They got dragged into a class-action lawsuit involving credit data before my
time and thus everyone in the marketing organization is very careful to follow
the rules. Unlike the big banks, they don't view fines and lawsuits as 'cost
of doing business'.

------
venomsnake
The day Torrentfreak told about the VPN payments ban from mastercard and visa.

As close to a conspiracy theory as it can get. What scares me is that there is
no conspiracy and every big entity is hell bent on destroying any shreds of
privacy left for fun, profit or to stop "child porn terrorists"

------
ChrisAntaki
Didn't they start this in 2006, with NSA as the customer? Oh, but that wasn't
anonymized.
[http://www.wired.com/threatlevel/2007/05/mark_klein_docu/](http://www.wired.com/threatlevel/2007/05/mark_klein_docu/)

------
guiambros
I can't understand why it took them so long. Seriously, not trolling. Fear of
regulation, maybe?

The geospatial data they (and all other carriers) have is a gold mine for
advertisers, researchers, marketers, etc. AT&T never had any trouble screwing
users in order to make money, so I doubt it's scrupulous or moral grounds. The
only reason I can imagine is that they weren't _allowed_ to do it.

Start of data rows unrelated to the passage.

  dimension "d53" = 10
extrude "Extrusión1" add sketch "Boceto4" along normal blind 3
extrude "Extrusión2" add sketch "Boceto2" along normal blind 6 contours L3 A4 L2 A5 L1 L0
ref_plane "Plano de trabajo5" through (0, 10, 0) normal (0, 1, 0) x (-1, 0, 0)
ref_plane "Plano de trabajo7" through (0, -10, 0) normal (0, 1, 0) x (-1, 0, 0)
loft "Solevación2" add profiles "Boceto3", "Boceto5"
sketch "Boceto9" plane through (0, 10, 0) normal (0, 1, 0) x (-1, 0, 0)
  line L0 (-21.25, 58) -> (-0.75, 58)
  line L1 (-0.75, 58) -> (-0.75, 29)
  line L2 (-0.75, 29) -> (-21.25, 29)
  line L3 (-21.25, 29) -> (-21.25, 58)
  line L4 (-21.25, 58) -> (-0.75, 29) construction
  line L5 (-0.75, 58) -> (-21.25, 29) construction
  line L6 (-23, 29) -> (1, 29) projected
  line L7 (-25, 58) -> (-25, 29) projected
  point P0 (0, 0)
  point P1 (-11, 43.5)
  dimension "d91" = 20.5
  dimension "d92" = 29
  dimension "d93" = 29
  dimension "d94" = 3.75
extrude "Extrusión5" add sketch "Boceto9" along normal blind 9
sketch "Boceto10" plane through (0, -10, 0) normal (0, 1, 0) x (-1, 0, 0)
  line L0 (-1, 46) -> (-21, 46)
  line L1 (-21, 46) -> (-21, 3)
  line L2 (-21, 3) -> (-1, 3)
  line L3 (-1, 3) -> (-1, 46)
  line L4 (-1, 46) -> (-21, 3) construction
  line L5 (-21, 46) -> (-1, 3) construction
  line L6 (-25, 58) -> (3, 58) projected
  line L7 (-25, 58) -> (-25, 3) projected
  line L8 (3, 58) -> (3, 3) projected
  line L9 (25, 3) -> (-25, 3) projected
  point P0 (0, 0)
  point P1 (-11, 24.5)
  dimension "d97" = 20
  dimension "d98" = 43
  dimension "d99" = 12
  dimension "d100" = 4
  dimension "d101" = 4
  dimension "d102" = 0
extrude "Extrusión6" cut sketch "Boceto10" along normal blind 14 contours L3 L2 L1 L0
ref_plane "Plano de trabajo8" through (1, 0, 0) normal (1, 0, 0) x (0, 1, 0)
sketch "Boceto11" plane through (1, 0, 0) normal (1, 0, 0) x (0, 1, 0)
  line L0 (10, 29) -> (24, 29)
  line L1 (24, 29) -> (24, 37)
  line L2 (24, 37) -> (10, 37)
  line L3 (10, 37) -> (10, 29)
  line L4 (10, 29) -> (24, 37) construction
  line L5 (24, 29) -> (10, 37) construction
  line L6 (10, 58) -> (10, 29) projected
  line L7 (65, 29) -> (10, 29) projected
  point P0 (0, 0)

I guess this became so ubiquitous - everybody and their mother are now
tracking you: Facebook, Google Latitude, Apple, Glancee, Banjo, plus thousands
of other geofencing-enabled apps - that FCC can't say anything about AT&T
jumping on the bandwagon, too.

------
nthj
The bigger shock: they haven't already?

------
andrewhillman
They should make this opt-in and give those who opt-in a discounted monthly
rate. Unfortunately, they are too greedy.

------
seangarita
As far as I can recall, I pay ATT an arm and a leg to do business with them
and to not be the product being sold. I guess that distinction is out the
window. I don't know whether this presents a new interesting market
opportunity or just a taste of the unfortunate inevitable future.

------
Hovertruck
Hmm. This may be an unpopular opinion but I guess I don't really care. I love
my AT&T plan since I'm still grandfathered in for unlimited data. I'm not
going to walk away from it, especially not when I'm just part of a bunch of
anonymous statistics.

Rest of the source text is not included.